The assembly will be a key governance instrument under the EU’s new Life Sciences Strategy. It will bring together Member State authorities responsible for data, AI, and R&I with relevant EU bodies to tackle fragmentation, support consistent interpretation of legal data frameworks, and improve cross-regulatory coordination. By aligning approaches across domains such as the EHDS, Data Governance Act, and AI Act, the Assembly will create a more coherent data environment for life science research and innovation, enabling breakthroughs in genomics, personalised medicine, One Health, and biodiversity through shared, interoperable datasets and harmonised rules.
European Research Area Act
Planned for Q3 2026.
The Act Act will realise a “fifth freedom” by enabling the free movement of researchers, knowledge and technology across a single EU R&I market, anchored in TFEU Articles 179 and 182(5). It will (1) secure national commitments and new mechanisms to reach the 3% of GDP R&D target; (2) align EU–national investments and priorities around strategic technologies; and (3) upgrade framework conditions—attractive careers and mobility, open science and data access, a stronger legal basis for research infrastructures, and better knowledge valorisation. The Act will safeguard fundamental values, bolster research security, and clarify cooperation with third countries.

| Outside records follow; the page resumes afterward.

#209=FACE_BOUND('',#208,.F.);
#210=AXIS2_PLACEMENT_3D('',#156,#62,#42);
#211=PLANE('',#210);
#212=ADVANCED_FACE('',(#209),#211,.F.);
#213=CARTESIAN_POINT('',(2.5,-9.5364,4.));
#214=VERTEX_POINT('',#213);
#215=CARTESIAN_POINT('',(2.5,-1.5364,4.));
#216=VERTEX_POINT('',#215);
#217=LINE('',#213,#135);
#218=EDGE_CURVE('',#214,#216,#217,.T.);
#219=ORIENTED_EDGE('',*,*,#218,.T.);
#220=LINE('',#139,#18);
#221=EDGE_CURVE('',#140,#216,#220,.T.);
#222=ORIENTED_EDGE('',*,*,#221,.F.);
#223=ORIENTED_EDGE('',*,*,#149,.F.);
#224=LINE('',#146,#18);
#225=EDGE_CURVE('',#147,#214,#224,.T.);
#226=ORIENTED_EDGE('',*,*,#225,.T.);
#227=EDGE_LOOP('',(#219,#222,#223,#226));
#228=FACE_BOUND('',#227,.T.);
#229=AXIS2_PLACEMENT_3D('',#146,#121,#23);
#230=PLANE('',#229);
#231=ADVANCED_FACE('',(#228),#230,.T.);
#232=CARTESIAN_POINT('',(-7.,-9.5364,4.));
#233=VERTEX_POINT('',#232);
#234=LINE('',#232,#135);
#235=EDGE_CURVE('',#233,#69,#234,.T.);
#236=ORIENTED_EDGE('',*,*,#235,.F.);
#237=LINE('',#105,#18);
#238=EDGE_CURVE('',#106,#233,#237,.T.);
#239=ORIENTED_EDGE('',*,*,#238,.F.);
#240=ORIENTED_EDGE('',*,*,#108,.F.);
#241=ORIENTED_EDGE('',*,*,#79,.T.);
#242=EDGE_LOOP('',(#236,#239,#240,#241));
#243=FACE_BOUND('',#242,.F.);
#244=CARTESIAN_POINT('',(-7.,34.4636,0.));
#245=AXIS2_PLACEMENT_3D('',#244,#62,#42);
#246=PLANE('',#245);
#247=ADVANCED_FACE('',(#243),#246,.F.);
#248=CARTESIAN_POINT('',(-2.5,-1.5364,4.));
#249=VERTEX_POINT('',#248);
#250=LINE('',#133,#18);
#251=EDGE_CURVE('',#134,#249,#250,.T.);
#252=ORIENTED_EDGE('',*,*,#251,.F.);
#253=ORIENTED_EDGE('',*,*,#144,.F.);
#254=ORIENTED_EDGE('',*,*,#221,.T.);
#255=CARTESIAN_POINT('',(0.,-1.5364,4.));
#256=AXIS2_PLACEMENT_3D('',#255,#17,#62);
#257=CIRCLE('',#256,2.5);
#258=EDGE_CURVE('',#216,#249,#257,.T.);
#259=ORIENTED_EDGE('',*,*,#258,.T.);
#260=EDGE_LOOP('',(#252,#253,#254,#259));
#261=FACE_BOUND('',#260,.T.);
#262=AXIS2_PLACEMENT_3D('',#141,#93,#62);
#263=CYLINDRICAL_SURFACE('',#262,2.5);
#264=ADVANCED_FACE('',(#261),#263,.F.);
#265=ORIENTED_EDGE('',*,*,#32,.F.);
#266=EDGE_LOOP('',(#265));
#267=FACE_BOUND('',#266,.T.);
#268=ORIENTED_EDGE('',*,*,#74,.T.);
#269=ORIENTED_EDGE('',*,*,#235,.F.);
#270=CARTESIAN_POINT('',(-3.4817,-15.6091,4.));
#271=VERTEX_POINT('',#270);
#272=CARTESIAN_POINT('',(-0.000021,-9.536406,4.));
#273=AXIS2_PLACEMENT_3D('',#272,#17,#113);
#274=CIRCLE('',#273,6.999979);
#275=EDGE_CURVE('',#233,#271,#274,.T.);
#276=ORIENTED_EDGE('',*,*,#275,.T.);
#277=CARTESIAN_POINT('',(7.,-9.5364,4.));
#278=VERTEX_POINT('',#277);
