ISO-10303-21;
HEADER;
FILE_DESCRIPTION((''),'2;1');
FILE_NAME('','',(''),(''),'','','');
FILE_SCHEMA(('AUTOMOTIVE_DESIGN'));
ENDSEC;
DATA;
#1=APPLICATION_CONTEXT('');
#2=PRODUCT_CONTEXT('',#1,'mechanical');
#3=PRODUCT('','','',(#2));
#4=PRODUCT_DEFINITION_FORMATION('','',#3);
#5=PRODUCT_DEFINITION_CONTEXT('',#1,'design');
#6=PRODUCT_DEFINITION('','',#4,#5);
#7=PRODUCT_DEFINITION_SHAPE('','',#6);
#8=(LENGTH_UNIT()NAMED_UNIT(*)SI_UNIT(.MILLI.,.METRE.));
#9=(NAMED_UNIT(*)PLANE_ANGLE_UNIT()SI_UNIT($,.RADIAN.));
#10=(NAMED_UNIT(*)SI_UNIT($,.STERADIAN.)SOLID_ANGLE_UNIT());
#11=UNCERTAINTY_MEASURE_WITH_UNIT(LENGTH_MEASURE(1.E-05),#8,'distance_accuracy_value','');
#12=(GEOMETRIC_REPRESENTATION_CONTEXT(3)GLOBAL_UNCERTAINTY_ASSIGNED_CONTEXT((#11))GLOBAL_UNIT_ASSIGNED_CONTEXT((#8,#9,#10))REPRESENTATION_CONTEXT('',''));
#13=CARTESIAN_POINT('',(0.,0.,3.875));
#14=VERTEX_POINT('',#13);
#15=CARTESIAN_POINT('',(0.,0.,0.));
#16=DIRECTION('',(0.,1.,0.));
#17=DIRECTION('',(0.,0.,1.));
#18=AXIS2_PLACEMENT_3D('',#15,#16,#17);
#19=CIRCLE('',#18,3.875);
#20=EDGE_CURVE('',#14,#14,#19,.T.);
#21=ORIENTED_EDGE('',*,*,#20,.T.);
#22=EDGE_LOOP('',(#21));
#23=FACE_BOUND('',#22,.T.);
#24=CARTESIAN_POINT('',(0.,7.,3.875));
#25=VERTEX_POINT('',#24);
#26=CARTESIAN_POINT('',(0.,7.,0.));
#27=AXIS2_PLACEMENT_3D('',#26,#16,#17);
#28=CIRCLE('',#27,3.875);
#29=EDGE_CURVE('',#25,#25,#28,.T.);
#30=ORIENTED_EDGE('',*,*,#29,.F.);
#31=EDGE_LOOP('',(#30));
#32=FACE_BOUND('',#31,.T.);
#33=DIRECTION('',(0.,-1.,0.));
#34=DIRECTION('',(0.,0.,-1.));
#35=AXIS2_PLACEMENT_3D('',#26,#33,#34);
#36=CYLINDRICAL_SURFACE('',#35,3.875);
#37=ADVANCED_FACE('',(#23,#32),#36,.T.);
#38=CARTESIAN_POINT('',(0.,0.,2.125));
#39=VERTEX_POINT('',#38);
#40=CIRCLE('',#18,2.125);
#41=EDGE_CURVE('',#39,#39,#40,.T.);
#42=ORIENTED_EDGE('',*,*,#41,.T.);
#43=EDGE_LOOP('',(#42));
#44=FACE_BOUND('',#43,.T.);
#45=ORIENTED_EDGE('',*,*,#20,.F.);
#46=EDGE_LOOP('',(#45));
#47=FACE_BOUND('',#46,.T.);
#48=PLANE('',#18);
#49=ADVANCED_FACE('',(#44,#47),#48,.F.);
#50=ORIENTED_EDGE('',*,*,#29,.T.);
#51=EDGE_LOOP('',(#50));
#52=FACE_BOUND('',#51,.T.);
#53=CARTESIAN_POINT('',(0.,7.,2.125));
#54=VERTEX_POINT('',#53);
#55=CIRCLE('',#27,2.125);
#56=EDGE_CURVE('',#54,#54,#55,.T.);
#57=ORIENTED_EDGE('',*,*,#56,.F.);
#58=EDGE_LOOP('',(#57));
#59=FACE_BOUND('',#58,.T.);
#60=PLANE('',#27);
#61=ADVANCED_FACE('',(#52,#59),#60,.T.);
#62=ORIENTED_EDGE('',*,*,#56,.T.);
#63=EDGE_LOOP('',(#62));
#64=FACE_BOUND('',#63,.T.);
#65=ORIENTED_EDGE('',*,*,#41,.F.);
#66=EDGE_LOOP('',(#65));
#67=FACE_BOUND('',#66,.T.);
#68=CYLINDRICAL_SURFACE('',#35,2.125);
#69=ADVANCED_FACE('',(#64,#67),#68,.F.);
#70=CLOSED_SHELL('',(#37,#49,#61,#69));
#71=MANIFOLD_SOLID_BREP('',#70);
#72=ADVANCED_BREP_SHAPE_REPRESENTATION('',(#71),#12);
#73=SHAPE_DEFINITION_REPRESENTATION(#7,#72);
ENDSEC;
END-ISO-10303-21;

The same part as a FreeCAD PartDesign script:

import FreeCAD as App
import Part
import Sketcher

doc = App.newDocument("Part")
body = doc.addObject("PartDesign::Body", "Body")

sketch1 = doc.addObject("Sketcher::SketchObject", "Sketch")
body.addObject(sketch1)
sketch1.AttachmentSupport = (doc.XZ_Plane, [""])
sketch1.MapMode = "FlatFace"
sketch1.addGeometry(Part.Circle(App.Vector(0, 0, 0), App.Vector(0, 0, 1), 3.9), False)
sketch1.addGeometry(Part.Circle(App.Vector(0, 0, 0), App.Vector(0, 0, 1), 2.1), False)
sketch1.addConstraint(Sketcher.Constraint("Coincident", 0, 3, -1, 1))
sketch1.addConstraint(Sketcher.Constraint("Coincident", 1, 3, -1, 1))
sketch1.addConstraint(Sketcher.Constraint("Diameter", 0, 7.75))
sketch1.addConstraint(Sketcher.Constraint("Diameter", 1, 4.25))
pad1 = doc.addObject("PartDesign::Pad", "Pad")
body.addObject(pad1)
pad1.Profile = sketch1
pad1.Length = 7
pad1.Reversed = True

doc.recompute()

Framework for IP Valuation
Planned for Q2 2027.
The Commission will establish a common EU framework for intellectual property valuation to unlock the potential of intangible assets for financing innovation. Developed with the EU Intellectual Property Office, the framework will set shared standards and methodologies to build trust and transparency in IP-backed lending and investment. It will expand the evidence base needed to design tailored IP finance instruments, enabling innovators and scaleups to leverage patents, trademarks, and other IP as collateral more effectively. By facilitating access to finance for knowledge-intensive companies, the initiative strengthens Europe’s innovation ecosystem and supports the scaling of strategic technologies.
Horizon Europe 2026-2027
The next work programme will channel major investments into Europe’s industrial and scientific transformation. A €600 million flagship call under the Clean Industrial Deal will bridge R&I and deployment, fostering synergies with the Innovation Fund and supporting fusion through new PPPs. In life sciences, the Commission will establish a network of ATMP Centres of Excellence (€4 million), pilot stepwise collaborative health research funding, and invest €50 million in multi-modal genAI for biomedical research. €170 million will support a new health–climate agenda, complemented by global research collaboration and foresight on life sciences skills.
Quantum Act
Planned for Q2 2026.
The Act will make the Quantum Europe Strategy operational, fixing fragmentation by aligning EU and national programmes around a shared RTI agenda and targets. It sets EU-level governance and extends the Chips Joint Undertaking’s remit to quantum technologies, coordinating investments across EU programmes. It anchors a three-stage pipeline—Discover; Lab-to-fab via pilot lines, design tools and standards; Apply & use in lead sectors, while scaling pan-European infrastructures in quantum computing, secure communication (EuroQCI) and sensing. The Act backs skills and industrialisation, strengthens supply chains. It also drives standardisation and interoperability and fosters talent attraction.
Virtual Human Twins Incubator
Planned until 2027.
The incubator will accelerate market uptake and clinical use of next-generation “virtual human” models. Backed by €8 million under the Digital Europe Work Programme 2025–2027, it will fund testbeds, validation studies and pilots, helping innovators demonstrate safety, effectiveness and regulatory readiness for use in clinical trials and investigations. The incubator will convene regulators, HTA bodies, hospitals and SMEs to align evidence requirements, foster interoperability and ethics-by-design, and de-risk adoption across Member States. Complementary €25 million investment in European genomic data infrastructure in 2026, aligned with the EHDS, will strengthen the data backbone powering virtual twins.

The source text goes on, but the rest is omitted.